Large companies are, unsurprisingly, also getting to know potential partners and early-stage science through corporate venture investments. Pfizer said in early January, for example, that as part of a broader push to expand investment in early-stage research, it will back BioAlta and NextCure, two immuno-oncology.focused biotechs. Pfizer's investment in NextCure was part of that biotech's $67-million Series A financing that also attracted Lilly Asia Ventures, alongside other conventional venture capitalists.
Alongside small-molecule and mAb therapies in immuno-oncology, various flavors of clinic-based cell therapy for hematological malignancies may also have a role in future combinations. RNA-based therapies, such as those emerging from Moderna's mRNA platform, could also be combined with more conventional modalities. And new biologics that home in on more than one target can be paired with existing therapies or tested on their own. The US Food and Drug Administration approved the first marketed bispecific antibody, Amgen's Blincyto (blinatumomab), in late 2014, and Amgen and Merck are now testing it in combination with Keytruda in a variety of hematologic cancers.
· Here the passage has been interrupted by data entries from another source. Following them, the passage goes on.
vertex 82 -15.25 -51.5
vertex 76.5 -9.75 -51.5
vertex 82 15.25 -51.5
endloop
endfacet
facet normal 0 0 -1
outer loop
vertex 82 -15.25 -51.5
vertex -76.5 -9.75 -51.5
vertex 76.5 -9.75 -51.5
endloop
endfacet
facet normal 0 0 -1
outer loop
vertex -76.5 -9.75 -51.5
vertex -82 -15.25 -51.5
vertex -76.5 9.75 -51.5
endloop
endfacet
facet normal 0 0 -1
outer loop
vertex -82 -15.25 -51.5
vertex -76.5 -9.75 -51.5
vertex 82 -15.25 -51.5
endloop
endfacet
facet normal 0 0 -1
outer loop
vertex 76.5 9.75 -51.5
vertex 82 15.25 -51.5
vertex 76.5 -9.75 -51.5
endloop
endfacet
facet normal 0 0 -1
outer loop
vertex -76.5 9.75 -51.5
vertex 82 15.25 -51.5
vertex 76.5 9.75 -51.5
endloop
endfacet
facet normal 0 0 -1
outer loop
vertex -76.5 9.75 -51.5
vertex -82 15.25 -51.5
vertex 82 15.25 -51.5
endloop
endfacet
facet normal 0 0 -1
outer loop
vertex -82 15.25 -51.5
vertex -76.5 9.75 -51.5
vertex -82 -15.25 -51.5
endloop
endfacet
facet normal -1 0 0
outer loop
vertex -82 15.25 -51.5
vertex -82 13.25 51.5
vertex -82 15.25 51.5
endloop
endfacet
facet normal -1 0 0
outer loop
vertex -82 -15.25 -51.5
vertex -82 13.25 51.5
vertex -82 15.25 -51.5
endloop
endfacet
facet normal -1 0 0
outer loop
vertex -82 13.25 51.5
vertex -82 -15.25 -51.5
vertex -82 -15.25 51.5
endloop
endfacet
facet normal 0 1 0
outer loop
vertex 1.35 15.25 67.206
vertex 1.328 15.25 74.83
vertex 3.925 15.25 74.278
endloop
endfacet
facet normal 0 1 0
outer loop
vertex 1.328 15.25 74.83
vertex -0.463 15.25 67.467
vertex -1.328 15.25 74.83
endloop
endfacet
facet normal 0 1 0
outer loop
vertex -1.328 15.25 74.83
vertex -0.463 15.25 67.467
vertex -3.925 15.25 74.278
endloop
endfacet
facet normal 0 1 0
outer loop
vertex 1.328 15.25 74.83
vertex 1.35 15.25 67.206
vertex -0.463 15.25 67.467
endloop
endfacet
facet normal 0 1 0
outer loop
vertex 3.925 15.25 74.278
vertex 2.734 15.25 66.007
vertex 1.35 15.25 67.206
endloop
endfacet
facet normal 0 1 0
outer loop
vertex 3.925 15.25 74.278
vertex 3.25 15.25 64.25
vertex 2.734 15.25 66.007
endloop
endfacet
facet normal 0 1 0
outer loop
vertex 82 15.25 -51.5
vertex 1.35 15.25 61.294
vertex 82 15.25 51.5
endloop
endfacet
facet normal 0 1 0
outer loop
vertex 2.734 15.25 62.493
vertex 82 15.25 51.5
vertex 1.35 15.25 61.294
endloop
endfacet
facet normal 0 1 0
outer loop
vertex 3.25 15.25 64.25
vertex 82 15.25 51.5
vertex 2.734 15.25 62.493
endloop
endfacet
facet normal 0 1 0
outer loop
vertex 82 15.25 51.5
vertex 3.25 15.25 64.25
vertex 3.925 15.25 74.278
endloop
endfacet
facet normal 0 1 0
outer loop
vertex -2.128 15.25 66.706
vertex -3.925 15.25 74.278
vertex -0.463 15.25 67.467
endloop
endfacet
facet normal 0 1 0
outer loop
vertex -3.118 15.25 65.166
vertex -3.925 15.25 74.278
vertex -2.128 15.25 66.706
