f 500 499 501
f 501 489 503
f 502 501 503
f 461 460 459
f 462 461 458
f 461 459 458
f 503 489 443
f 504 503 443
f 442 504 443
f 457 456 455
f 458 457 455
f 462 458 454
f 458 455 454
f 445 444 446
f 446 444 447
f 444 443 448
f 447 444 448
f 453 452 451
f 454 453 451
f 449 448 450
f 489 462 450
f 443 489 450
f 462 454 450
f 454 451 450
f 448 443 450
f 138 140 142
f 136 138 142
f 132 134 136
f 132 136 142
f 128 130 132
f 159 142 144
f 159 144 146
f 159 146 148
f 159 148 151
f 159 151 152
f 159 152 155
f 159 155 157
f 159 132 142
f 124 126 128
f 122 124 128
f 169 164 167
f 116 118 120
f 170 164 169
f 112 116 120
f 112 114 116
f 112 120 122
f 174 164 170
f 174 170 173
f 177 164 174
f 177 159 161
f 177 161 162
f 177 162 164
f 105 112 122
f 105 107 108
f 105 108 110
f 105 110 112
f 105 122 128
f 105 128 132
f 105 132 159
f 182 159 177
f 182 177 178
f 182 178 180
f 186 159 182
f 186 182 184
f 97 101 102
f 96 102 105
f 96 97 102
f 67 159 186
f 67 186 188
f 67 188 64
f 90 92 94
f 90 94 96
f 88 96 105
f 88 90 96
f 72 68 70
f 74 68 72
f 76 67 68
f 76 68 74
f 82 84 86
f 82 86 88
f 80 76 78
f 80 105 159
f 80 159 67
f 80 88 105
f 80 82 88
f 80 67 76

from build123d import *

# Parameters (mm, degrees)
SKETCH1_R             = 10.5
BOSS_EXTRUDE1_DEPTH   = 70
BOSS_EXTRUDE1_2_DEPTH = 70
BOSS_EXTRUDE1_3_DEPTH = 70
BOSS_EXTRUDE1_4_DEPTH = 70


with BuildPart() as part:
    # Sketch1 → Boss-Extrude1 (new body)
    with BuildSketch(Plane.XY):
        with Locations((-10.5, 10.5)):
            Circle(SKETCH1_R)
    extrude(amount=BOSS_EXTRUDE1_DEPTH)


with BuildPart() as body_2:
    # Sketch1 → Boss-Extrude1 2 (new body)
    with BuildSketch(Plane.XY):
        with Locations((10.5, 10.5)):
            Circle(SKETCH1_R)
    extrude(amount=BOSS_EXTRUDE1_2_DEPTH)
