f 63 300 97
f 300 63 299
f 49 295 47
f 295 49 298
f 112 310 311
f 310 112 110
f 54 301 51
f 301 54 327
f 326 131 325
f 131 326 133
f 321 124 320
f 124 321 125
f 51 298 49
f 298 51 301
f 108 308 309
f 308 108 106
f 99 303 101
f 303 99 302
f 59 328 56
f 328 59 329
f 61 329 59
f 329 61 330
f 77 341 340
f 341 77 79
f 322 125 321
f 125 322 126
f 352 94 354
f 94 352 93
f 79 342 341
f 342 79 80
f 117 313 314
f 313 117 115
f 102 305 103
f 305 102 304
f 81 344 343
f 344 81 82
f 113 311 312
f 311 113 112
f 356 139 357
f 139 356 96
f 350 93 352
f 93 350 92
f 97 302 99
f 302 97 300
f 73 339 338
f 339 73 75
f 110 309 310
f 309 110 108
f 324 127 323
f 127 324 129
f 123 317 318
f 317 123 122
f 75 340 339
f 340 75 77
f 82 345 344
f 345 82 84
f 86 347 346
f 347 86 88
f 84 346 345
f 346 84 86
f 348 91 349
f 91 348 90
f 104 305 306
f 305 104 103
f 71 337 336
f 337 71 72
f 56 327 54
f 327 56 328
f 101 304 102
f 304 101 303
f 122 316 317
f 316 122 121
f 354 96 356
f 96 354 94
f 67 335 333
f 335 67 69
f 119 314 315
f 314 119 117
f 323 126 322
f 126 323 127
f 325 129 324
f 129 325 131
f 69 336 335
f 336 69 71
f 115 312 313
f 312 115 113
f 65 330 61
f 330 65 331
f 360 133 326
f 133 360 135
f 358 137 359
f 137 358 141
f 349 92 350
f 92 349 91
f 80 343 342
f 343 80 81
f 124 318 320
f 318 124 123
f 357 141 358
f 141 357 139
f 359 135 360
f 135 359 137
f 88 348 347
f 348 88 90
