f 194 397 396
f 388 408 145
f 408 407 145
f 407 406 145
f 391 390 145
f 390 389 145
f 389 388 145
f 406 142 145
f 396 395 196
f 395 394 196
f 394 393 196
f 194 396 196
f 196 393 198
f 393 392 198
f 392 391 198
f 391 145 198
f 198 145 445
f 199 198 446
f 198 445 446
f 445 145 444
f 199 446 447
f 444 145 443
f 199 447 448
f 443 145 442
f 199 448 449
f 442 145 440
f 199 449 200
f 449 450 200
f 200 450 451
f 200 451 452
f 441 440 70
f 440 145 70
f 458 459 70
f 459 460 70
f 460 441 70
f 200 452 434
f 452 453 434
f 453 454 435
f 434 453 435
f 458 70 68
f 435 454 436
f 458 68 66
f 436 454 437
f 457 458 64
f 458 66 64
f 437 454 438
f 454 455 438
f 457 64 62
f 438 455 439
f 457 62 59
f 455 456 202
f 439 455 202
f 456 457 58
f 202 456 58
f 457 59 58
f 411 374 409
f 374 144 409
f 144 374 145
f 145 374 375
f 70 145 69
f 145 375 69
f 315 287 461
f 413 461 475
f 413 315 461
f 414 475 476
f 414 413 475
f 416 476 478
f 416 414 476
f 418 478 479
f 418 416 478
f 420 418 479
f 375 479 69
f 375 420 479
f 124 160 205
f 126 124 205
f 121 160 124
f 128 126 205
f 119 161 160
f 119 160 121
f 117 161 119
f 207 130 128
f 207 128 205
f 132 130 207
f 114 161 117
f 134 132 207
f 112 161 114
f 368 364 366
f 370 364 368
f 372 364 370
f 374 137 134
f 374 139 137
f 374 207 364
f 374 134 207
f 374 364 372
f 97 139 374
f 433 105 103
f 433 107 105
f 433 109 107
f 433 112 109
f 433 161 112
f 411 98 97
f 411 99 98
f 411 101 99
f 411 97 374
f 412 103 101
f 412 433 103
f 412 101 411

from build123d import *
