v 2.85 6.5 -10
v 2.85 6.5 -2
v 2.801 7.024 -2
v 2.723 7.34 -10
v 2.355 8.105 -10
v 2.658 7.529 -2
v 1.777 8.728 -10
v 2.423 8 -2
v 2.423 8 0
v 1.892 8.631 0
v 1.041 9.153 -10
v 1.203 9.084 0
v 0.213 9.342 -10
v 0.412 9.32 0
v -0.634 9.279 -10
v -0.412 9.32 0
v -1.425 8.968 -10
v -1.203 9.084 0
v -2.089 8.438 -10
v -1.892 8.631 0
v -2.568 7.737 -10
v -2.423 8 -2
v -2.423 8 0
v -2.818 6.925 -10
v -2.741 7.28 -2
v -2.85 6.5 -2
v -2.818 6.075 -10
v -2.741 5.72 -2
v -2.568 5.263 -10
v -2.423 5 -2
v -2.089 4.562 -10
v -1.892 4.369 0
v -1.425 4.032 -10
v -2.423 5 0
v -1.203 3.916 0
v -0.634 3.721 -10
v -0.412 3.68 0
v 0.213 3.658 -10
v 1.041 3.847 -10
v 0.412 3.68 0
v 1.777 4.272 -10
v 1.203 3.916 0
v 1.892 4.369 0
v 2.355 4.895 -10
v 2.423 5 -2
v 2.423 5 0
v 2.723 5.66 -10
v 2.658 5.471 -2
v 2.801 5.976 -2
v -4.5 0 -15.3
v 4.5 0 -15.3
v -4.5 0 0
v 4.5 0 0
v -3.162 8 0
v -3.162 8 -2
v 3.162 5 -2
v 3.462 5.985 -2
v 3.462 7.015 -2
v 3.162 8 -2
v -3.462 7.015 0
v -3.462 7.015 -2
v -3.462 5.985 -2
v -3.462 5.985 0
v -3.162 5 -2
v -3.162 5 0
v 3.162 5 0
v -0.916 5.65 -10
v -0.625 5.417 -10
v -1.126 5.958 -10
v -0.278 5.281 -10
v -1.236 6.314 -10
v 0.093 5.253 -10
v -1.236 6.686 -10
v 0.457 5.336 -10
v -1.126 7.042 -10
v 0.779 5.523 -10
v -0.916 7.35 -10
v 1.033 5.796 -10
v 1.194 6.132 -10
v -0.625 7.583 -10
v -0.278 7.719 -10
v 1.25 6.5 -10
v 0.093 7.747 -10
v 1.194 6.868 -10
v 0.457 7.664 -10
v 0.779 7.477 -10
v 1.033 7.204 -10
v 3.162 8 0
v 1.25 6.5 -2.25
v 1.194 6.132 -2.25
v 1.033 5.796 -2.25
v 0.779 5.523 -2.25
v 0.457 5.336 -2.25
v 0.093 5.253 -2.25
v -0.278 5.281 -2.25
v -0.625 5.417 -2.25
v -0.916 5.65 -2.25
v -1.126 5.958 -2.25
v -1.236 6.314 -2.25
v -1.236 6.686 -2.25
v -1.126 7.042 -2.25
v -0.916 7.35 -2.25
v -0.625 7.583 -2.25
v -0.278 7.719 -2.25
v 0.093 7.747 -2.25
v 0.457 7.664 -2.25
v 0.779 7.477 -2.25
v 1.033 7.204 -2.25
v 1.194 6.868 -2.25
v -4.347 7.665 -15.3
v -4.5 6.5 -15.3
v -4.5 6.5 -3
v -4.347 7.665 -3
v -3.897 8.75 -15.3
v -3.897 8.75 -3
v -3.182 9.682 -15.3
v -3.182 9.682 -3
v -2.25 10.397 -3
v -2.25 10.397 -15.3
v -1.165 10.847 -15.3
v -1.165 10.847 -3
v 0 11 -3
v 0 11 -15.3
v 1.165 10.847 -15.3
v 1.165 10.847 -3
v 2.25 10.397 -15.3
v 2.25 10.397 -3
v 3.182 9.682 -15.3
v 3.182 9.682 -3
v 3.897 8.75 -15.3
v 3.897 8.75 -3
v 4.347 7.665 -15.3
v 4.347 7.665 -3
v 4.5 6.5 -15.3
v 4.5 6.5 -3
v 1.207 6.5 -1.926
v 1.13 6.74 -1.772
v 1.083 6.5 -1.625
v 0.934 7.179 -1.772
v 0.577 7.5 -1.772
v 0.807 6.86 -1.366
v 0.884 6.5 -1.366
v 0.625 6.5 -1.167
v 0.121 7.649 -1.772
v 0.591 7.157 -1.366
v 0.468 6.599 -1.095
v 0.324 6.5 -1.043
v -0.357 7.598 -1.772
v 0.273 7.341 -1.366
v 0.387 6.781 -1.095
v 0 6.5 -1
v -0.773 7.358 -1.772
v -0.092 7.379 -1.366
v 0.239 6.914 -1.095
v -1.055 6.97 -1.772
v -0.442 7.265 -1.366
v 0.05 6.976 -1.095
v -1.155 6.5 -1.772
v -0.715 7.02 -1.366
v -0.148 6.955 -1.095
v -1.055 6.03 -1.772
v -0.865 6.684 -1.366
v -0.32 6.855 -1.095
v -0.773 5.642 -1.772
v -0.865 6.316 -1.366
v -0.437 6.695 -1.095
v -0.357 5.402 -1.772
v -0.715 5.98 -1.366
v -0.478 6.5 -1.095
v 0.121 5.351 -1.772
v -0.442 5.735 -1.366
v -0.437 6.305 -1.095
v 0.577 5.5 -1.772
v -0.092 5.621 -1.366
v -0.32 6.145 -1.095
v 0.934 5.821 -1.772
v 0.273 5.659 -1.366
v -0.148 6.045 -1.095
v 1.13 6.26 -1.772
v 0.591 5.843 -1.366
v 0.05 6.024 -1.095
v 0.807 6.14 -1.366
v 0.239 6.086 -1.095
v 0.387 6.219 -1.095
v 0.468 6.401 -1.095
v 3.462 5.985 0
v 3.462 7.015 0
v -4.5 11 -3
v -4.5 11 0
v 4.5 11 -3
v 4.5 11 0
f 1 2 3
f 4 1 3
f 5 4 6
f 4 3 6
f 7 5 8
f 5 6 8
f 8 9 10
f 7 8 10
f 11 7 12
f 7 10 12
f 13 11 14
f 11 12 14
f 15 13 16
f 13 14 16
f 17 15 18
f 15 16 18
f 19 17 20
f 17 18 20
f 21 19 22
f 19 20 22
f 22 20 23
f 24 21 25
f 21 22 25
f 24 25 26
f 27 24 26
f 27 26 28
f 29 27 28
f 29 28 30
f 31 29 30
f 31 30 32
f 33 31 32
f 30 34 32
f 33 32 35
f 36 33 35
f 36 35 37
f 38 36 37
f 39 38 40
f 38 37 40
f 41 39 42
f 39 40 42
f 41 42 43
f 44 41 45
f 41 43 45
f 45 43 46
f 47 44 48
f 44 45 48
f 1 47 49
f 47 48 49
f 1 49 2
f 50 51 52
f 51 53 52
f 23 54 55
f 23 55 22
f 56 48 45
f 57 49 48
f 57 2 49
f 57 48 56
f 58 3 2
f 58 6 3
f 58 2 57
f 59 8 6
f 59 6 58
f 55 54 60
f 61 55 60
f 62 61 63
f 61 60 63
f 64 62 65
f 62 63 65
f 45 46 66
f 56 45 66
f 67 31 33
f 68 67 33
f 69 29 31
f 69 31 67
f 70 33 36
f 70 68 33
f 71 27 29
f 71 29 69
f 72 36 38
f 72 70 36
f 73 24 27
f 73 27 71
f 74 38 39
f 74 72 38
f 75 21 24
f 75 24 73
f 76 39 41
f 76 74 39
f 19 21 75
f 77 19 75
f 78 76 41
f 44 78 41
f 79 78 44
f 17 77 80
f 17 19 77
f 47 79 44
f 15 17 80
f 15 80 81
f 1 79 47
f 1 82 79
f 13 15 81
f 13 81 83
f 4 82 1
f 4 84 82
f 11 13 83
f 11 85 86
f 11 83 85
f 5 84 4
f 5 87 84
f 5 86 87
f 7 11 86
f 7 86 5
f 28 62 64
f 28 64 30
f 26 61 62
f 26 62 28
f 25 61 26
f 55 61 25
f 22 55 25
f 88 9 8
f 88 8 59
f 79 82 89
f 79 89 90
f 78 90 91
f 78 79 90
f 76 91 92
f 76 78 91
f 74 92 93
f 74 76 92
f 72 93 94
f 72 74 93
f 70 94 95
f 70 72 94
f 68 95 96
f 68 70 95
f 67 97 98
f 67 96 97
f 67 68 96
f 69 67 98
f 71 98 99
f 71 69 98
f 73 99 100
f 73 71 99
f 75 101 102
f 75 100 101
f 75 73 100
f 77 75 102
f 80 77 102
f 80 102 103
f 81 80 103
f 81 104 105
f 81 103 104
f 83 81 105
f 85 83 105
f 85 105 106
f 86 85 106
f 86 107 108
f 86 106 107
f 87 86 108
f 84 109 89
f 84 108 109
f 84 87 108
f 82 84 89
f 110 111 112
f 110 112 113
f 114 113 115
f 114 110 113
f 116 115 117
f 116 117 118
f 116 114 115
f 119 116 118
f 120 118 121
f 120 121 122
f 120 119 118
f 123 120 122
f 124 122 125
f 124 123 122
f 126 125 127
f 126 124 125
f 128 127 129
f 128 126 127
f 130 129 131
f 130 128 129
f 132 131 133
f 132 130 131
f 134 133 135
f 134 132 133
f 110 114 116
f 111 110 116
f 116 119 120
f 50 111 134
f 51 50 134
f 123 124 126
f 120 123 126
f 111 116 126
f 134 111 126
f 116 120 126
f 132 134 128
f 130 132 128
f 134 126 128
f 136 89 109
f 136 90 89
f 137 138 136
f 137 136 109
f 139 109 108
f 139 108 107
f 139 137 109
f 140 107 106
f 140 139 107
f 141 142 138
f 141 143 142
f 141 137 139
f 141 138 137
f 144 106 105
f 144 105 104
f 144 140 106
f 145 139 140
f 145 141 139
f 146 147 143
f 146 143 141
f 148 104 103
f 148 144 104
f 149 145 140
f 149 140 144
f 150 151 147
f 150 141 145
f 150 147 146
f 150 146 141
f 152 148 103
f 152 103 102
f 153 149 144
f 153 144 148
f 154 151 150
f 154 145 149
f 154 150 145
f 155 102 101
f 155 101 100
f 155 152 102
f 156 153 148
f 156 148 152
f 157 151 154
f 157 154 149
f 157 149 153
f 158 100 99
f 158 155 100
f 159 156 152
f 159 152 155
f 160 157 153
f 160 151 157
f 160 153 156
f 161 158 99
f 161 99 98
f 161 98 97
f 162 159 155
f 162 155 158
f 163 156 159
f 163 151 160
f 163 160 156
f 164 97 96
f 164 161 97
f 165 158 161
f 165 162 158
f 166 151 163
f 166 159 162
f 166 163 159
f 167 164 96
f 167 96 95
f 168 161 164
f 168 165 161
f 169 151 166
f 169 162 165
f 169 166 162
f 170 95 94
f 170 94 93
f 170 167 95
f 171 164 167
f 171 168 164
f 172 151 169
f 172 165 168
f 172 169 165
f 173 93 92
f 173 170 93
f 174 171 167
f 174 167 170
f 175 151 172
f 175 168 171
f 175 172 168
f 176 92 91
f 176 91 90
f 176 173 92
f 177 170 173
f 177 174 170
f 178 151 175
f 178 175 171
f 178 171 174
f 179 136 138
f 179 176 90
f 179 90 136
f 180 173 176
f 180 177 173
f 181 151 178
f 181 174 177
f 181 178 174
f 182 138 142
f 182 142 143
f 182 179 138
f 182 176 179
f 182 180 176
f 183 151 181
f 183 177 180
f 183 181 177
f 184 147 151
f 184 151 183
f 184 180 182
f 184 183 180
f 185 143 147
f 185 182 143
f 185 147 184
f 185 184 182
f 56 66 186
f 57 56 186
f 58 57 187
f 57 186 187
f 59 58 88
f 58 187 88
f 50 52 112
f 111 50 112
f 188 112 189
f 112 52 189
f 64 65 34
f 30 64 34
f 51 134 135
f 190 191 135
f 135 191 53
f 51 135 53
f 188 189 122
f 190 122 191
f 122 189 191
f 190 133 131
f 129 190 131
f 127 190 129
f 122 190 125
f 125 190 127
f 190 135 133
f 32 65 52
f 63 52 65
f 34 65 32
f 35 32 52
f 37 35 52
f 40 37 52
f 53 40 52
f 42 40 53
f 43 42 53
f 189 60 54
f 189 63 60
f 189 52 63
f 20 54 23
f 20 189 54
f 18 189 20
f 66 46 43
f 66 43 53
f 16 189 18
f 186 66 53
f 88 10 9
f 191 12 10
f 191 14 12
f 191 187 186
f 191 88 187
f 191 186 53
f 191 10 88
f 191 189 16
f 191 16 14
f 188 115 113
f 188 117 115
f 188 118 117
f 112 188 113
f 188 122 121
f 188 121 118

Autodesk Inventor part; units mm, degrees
ref_plane "YZ Plane" through (0, 0, 0) normal (1, 0, 0) x (0, 1, 0)
ref_plane "XZ Plane" through (0, 0, 0) normal (0, 1, 0) x (-1, 0, 0)
ref_plane "XY Plane" through (0, 0, 0) normal (0, 0, 1) x (1, 0, 0)
sketch "Sketch1" plane through (0, 0, 0) normal (0, 0, 1) x (1, 0, 0)
  line L0 (-4.5, 11) -> (4.5, 11)
  line L1 (4.5, 11) -> (4.5, 0)
  line L2 (4.5, 0) -> (-4.5, 0)
  line L3 (-4.5, 0) -> (-4.5, 11)
  point P0 (0, 0)
  dimension "d0" = 9
  dimension "d1" = 0
  dimension "d2" = 11
  dimension "d3" = 4.5
extrude "Extrusion1" add sketch "Sketch1" against normal blind 15.3
sketch "Sketch2" plane through (0, 0, 0) normal (0, 0, 1) x (1, 0, 0)
  line L0 (4.5, 0) -> (-4.5, 0) projected
  circle A0 centre (0, 6.5) radius 2.85
  point P0 (0, 0)
  dimension "d6" = 5.7
  dimension "d7" = 6.5
extrude "Extrusion2" cut sketch "Sketch2" against normal blind 10
sketch "Sketch4" plane through (0, 0, 0) normal (0, 0, 1) x (1, 0, 0)
  circle A0 centre (0, 6.5) radius 2.85 projected
  line L0 (4.5, 11) -> (4.5, 0) projected
  arc A1 (-3.1623, 8) -> (-3.1623, 5) centre (0, 6.5) ccw
  arc A2 (3.1623, 5) -> (3.1623, 8) centre (0, 6.5) ccw
  line L1 (-3.1623, 8) -> (3.1623, 8)
  line L2 (-3.1623, 5) -> (3.1623, 5)
  point P0 (0, 0)
  dimension "d17" = 3.5
  dimension "d18" = 3
  dimension "d19" = 1.5
extrude "Extrusion4" cut sketch "Sketch4" against normal blind 2 contours A0 L2 L1 | A0 L1 A2 L2 | A0 L2 A1 L1
sketch "Sketch3" plane through (0, 6.5, -10) normal (0, 0, 1) x (1, 0, 0)
  circle A0 centre (0, 0) radius 2.85 projected
  circle A1 centre (0, 0) radius 1.25
  point P0 (0, -6.5)
  dimension "d10" = 2.5
extrude "Extrusion3" add sketch "Sketch3" along normal blind 9 contours A1
fillet "Fillet1" radius 1.25 1 edges at (-1.25, 6.5, -1)
sketch "Sketch5" plane through (0, 0, -15.3) normal (0, 0, -1) x (-1, 0, 0)
  line L0 (4.5, 11) -> (-4.5, 11) projected
  line L1 (-4.5, 11) -> (-4.5, 0) projected
  line L2 (-4.5, 0) -> (4.5, 0) projected
  line L3 (4.5, 0) -> (4.5, 11) projected
  arc A0 (4.5, 6.5) -> (-4.5, 6.5) centre (0, 6.5) ccw
  point P0 (0, 0)
  dimension "d22" = 0
  dimension "d23" = 9
extrude "Extrusion5" cut sketch "Sketch5" against normal blind 12.3 contours L3 A0 L0 | A0 L1 L0
properties part number "jack" material "PET Plastic"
Outside of its avelumab alliance with Pfizer, Merck KGaA is developing bifunctional fusion proteins. One compound, which is in early-stage clinical trials, combines a PD1-specific antibody with a TGFƒÀ trap, said the company's R&D chief Luciano Rossetti. ''We have a major effort in bispecifics and fusion proteins,'' he said, noting that the program went from lead molecule to 'first in humans' in only 11 months. Future combination strategies may be increasingly oriented around building multiple mechanisms into a single molecule, he said.